--- SUPPLIED ENTRIES ---
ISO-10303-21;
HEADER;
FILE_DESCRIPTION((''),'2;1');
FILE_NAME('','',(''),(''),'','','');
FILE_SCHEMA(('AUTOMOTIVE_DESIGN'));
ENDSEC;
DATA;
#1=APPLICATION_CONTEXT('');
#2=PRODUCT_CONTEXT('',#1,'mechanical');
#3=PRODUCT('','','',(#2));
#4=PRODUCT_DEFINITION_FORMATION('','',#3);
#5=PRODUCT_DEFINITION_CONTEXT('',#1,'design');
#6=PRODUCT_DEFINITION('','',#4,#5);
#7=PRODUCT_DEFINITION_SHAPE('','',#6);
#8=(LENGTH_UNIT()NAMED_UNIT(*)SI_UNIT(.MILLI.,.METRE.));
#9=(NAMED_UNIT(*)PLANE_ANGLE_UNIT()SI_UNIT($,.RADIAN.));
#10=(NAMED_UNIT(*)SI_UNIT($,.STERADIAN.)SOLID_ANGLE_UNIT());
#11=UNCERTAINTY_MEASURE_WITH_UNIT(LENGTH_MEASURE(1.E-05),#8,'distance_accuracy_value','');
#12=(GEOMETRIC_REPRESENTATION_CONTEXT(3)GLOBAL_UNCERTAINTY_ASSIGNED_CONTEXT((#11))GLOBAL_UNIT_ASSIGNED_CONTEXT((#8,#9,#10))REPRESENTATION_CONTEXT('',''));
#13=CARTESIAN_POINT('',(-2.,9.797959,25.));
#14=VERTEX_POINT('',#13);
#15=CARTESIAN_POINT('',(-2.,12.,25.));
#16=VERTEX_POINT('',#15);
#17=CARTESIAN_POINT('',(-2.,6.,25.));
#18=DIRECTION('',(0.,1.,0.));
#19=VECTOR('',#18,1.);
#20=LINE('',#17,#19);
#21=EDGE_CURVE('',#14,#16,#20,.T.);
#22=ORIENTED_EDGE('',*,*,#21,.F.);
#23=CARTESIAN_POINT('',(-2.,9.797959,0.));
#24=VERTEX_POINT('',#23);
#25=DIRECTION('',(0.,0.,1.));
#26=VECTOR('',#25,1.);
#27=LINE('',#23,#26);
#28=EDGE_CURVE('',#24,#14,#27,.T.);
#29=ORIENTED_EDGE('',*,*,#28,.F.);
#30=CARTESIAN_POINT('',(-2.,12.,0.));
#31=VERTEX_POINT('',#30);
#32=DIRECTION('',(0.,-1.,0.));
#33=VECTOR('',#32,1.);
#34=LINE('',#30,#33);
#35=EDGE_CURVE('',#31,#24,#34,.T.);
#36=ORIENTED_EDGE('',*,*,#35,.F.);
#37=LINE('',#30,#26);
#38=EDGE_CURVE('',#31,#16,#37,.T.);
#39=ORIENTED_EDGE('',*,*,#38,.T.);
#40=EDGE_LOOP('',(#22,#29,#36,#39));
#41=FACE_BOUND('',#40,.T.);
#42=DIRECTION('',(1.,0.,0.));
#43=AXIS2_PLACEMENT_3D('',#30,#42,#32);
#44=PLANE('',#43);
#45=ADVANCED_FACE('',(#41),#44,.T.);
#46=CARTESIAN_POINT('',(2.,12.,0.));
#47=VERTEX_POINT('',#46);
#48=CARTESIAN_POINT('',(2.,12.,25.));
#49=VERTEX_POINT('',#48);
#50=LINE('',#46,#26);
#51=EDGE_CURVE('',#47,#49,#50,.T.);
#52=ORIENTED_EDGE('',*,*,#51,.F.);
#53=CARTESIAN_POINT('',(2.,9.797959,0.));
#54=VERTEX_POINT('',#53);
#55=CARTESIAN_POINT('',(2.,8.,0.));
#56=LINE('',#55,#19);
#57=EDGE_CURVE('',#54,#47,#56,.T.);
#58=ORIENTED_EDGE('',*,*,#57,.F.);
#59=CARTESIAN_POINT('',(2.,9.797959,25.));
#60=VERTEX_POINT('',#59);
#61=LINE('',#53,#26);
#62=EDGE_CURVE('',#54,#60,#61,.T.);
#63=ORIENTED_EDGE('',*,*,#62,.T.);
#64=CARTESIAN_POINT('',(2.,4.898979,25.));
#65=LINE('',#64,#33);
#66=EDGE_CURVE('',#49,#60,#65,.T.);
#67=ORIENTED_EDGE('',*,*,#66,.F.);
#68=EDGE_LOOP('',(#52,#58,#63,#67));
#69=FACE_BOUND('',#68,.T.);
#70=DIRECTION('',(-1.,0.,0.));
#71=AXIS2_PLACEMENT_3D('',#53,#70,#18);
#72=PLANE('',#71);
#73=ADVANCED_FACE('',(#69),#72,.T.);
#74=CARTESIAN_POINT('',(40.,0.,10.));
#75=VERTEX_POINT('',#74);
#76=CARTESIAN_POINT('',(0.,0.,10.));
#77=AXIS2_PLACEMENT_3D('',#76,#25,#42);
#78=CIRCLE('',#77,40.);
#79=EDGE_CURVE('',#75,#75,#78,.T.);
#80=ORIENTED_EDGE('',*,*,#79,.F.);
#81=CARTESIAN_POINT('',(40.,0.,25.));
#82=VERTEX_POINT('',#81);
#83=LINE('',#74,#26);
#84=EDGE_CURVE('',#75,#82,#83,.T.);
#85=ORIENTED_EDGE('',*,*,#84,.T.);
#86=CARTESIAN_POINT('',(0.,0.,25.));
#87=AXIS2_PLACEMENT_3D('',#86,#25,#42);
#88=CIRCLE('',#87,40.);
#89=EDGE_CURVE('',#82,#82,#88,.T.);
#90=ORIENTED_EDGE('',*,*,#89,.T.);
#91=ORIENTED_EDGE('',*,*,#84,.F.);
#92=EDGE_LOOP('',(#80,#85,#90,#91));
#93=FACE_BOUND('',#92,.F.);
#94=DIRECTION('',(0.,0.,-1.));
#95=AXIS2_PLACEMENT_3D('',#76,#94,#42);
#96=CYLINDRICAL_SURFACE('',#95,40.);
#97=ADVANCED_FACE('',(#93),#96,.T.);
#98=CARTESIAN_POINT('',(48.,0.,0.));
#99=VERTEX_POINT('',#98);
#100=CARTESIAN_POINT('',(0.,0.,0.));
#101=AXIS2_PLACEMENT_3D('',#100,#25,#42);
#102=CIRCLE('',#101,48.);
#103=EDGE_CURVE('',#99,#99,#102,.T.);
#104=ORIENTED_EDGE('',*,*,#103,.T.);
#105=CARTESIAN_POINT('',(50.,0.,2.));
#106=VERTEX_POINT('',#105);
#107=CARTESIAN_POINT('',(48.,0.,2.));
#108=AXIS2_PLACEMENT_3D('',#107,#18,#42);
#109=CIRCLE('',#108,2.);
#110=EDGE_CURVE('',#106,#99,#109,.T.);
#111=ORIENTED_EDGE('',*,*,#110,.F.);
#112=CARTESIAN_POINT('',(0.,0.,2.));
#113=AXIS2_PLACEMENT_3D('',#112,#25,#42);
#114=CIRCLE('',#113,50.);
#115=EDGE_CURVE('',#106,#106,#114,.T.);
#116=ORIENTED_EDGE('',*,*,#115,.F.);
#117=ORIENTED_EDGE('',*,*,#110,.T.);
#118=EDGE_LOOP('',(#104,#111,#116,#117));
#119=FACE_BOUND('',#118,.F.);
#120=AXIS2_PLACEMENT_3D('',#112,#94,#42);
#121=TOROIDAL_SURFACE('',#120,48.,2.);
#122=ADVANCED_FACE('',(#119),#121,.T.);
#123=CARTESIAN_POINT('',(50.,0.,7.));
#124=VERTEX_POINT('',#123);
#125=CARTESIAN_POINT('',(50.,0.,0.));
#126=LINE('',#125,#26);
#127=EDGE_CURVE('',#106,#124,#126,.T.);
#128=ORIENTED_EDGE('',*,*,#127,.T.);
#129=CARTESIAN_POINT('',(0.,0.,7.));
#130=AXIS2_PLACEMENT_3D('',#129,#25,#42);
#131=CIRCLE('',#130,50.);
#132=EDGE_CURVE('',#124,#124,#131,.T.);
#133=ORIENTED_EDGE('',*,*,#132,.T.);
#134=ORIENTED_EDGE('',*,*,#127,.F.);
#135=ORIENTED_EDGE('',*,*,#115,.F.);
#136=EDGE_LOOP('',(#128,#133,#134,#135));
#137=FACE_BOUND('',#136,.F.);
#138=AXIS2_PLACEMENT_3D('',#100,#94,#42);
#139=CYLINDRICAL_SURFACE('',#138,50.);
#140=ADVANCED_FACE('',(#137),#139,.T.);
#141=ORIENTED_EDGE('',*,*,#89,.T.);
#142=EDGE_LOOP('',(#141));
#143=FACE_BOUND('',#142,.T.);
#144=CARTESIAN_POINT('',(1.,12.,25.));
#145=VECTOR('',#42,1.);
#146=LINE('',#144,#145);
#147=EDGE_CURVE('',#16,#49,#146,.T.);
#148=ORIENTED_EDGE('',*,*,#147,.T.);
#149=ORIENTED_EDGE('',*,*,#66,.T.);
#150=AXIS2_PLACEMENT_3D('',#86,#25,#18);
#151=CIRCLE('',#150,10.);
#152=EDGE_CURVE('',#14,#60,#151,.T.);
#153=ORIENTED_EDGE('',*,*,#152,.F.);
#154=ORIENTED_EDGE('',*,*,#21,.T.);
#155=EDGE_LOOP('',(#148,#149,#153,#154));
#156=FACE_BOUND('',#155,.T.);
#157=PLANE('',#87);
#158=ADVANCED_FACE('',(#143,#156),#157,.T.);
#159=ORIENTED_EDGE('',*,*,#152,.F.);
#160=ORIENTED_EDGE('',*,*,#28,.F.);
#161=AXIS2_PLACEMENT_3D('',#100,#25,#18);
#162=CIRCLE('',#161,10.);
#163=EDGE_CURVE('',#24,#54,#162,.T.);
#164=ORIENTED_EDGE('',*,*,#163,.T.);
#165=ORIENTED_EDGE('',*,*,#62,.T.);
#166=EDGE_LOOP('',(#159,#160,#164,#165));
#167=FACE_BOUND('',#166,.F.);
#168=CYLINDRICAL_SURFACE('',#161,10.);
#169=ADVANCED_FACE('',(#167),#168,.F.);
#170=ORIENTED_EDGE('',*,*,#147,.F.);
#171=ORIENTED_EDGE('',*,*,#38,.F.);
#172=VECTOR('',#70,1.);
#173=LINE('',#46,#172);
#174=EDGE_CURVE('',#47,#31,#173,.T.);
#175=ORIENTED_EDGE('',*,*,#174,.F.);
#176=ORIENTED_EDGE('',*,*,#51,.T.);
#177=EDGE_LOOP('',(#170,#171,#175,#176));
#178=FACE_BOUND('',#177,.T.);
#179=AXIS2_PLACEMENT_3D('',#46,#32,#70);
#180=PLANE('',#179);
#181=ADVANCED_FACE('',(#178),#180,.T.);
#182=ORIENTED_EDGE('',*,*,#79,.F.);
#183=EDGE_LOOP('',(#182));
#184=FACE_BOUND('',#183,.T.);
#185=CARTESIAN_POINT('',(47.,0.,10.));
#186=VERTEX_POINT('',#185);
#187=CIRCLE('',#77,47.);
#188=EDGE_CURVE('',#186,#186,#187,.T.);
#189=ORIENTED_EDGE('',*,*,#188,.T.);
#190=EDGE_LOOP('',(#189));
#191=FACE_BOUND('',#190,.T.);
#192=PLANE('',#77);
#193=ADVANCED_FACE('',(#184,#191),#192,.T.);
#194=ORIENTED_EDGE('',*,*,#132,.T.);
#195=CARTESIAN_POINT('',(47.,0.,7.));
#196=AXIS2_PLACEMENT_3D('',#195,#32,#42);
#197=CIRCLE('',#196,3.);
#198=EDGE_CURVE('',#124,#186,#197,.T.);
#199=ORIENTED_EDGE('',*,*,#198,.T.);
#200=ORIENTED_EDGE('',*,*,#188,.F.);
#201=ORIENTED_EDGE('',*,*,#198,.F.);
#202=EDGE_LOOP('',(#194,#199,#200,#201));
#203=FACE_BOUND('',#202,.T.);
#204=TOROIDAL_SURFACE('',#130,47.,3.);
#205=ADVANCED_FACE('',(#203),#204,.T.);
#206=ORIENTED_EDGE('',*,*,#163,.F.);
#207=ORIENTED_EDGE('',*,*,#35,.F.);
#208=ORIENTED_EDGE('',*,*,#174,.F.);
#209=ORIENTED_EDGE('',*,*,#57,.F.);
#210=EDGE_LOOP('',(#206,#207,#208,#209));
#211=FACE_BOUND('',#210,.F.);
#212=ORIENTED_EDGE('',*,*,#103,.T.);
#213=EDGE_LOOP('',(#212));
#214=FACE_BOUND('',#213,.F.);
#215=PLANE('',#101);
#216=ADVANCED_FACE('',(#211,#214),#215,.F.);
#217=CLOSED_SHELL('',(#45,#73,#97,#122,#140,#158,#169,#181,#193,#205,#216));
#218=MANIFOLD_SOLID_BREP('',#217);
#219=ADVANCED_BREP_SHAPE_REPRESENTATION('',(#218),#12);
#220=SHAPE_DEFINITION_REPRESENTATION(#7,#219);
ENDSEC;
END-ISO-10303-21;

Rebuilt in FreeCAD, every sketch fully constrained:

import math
import FreeCAD as App
import Part
import Sketcher

V = App.Vector
Q = App.Units.Quantity


def edges_at(feature, points):
    """Names of the edges that pass closest to the given points."""
    edges = feature.Shape.Edges
    near = lambda p: min(range(len(edges)), key=lambda i: edges[i].distToShape(Part.Vertex(*p))[0])
    return sorted({f"Edge{near(p) + 1}" for p in points})

doc = App.newDocument("Part")
body = doc.addObject("PartDesign::Body", "Body")

# Sketch on XY plane
sketch1 = doc.addObject("Sketcher::SketchObject", "Sketch")
body.addObject(sketch1)
sketch1.AttachmentSupport = (doc.XY_Plane, [""])
sketch1.MapMode = "FlatFace"
sketch1.addGeometry(Part.Circle(V(0, 0, 0), V(0, 0, 1), 50), False)
sketch1.addConstraint([
    Sketcher.Constraint("Coincident", 0, 3, -1, 1),
    Sketcher.Constraint("Diameter", 0, Q("100 mm")),
])
pad1 = doc.addObject("PartDesign::Pad", "Pad")
body.addObject(pad1)
pad1.Profile = sketch1
pad1.Length = 10

# Sketch on XY plane
sketch2 = doc.addObject("Sketcher::SketchObject", "Sketch001")
body.addObject(sketch2)
sketch2.AttachmentSupport = (doc.XY_Plane, [""])
sketch2.MapMode = "FlatFace"
sketch2.AttachmentOffset = App.Placement(V(0, 0, 10), App.Rotation())
sketch2.addGeometry(Part.Circle(V(0, 0, 0), V(0, 0, 1), 40), False)
sketch2.addConstraint([
    Sketcher.Constraint("Coincident", 0, 3, -1, 1),
    Sketcher.Constraint("Diameter", 0, Q("80 mm")),
])
pad2 = doc.addObject("PartDesign::Pad", "Pad001")
body.addObject(pad2)
pad2.Profile = sketch2
pad2.Length = 15
doc.recompute()

fillet = doc.addObject("PartDesign::Fillet", "Fillet")
body.addObject(fillet)
fillet.Base = (pad2, edges_at(pad2, [(-50, 0, 10)]))
fillet.Radius = 3

# Sketch on XY plane
sketch3 = doc.addObject("Sketcher::SketchObject", "Sketch002")
body.addObject(sketch3)
sketch3.AttachmentSupport = (doc.XY_Plane, [""])
sketch3.MapMode = "FlatFace"
sketch3.addGeometry(Part.Circle(V(0, 0, 0), V(0, 0, 1), 10), False)
sketch3.addConstraint([
    Sketcher.Constraint("Coincident", 0, 3, -1, 1),
    Sketcher.Constraint("Diameter", 0, Q("20 mm")),
])
doc.recompute()
hole = doc.addObject("PartDesign::Hole", "Hole")
body.addObject(hole)
hole.Profile = sketch3
hole.ThreadType = "None"
hole.Diameter = 20
hole.DepthType = "ThroughAll"
hole.Reversed = True
doc.recompute()

fillet2 = doc.addObject("PartDesign::Fillet", "Fillet001")
body.addObject(fillet2)
fillet2.Base = (hole, edges_at(hole, [(-50, 0, 0)]))
fillet2.Radius = 2

# Sketch on XY plane
sketch4 = doc.addObject("Sketcher::SketchObject", "Sketch003")
body.addObject(sketch4)
sketch4.AttachmentSupport = (doc.XY_Plane, [""])
sketch4.MapMode = "FlatFace"
sketch4.addGeometry([
    Part.ArcOfCircle(Part.Circle(V(0, 0, 0), V(0, 0, 1), 10), math.radians(78), math.radians(102)),
    Part.LineSegment(V(-2, 9.8, 0), V(-2, 12, 0)),
    Part.LineSegment(V(-2, 12, 0), V(2, 12, 0)),
    Part.LineSegment(V(2, 12, 0), V(2, 9.8, 0)),
], False)
sketch4.addConstraint([
    Sketcher.Constraint("Coincident", 0, 2, 1, 1),
    Sketcher.Constraint("Coincident", 1, 2, 2, 1),
    Sketcher.Constraint("Coincident", 2, 2, 3, 1),
    Sketcher.Constraint("Coincident", 3, 2, 0, 1),
    Sketcher.Constraint("Vertical", 1),
    Sketcher.Constraint("Horizontal", 2),
    Sketcher.Constraint("Vertical", 3),
    Sketcher.Constraint("Coincident", 0, 3, -1, 1),
    Sketcher.Constraint("Horizontal", 0, 2, 3, 2),
    Sketcher.Constraint("DistanceX", 2, 1, 2, 2, Q("4 mm")),
    Sketcher.Constraint("DistanceY", -1, 1, 1, 2, Q("12 mm")),
    Sketcher.Constraint("Radius", 0, Q("10 mm")),
])
pocket1 = doc.addObject("PartDesign::Pocket", "Pocket")
body.addObject(pocket1)
pocket1.Profile = sketch4
pocket1.Type = "ThroughAll"
pocket1.Reversed = True

doc.recompute()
---
• _YOUR ASSIGNMENT_: All that is wanted is the stretch of lines above from the one containing "#98=CARTESIAN_POINT('',(48.,0.,0.));" through the one containing "#107=CARTESIAN_POINT('',(48.,0.,2.));", duplicated exactly.

• _SOLUTION_:
#98=CARTESIAN_POINT('',(48.,0.,0.));
#99=VERTEX_POINT('',#98);
#100=CARTESIAN_POINT('',(0.,0.,0.));
#101=AXIS2_PLACEMENT_3D('',#100,#25,#42);
#102=CIRCLE('',#101,48.);
#103=EDGE_CURVE('',#99,#99,#102,.T.);
#104=ORIENTED_EDGE('',*,*,#103,.T.);
#105=CARTESIAN_POINT('',(50.,0.,2.));
#106=VERTEX_POINT('',#105);
#107=CARTESIAN_POINT('',(48.,0.,2.));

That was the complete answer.